> YOUR INSTRUCTIONS: Report the lines of the data below that contain the string "join".

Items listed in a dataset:

= = = =

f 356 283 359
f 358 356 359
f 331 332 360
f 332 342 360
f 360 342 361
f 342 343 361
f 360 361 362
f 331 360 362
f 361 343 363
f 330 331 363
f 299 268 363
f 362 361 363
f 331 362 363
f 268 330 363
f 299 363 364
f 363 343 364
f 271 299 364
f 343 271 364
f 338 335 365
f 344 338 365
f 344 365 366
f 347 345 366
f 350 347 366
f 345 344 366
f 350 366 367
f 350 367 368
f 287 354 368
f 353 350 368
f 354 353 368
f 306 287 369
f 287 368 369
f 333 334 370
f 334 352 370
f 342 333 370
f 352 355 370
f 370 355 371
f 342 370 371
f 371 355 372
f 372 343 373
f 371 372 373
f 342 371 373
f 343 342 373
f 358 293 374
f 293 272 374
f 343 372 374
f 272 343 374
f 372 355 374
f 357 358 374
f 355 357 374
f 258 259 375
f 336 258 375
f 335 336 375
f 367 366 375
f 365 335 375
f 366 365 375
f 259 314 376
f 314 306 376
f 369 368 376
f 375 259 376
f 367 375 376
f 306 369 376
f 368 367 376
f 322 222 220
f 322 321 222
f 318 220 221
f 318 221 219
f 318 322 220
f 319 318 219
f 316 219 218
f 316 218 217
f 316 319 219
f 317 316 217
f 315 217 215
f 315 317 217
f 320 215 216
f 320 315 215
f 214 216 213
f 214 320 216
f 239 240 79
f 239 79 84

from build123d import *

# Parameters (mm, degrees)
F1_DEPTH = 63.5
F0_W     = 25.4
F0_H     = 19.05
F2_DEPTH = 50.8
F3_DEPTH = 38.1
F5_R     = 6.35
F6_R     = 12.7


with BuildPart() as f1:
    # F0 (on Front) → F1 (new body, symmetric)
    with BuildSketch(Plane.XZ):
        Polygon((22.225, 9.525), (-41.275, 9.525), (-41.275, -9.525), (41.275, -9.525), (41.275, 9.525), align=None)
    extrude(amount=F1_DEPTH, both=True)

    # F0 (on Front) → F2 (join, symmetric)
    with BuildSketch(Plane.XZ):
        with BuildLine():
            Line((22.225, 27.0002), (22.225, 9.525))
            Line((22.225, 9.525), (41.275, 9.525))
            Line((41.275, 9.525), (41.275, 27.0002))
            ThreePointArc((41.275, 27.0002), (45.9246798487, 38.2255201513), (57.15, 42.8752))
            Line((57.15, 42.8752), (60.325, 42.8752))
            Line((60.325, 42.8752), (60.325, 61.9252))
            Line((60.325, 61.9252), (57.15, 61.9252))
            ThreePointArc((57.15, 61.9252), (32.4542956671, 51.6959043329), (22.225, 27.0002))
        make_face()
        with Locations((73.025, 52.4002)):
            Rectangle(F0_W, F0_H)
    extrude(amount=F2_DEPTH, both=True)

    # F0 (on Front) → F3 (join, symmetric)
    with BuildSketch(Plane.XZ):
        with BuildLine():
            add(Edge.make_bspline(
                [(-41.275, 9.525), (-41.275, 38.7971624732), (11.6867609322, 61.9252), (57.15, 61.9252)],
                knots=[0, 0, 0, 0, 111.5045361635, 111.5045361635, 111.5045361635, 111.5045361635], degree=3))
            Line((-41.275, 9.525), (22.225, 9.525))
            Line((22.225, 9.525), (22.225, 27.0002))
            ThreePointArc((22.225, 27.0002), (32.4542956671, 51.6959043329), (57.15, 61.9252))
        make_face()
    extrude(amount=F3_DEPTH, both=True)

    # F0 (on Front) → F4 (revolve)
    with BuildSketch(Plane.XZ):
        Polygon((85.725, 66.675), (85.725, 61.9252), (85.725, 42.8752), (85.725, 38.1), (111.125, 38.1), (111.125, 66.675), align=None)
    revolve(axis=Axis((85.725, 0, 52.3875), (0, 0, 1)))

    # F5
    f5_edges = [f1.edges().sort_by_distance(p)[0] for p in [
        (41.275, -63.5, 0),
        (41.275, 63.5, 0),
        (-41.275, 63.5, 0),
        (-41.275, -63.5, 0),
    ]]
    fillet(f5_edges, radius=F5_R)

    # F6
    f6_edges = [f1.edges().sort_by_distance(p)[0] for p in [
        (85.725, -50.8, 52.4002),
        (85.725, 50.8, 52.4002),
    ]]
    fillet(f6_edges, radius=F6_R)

= = = =

> EXERCISE SOLUTION:
    # F0 (on Front) → F2 (join, symmetric)
    # F0 (on Front) → F3 (join, symmetric)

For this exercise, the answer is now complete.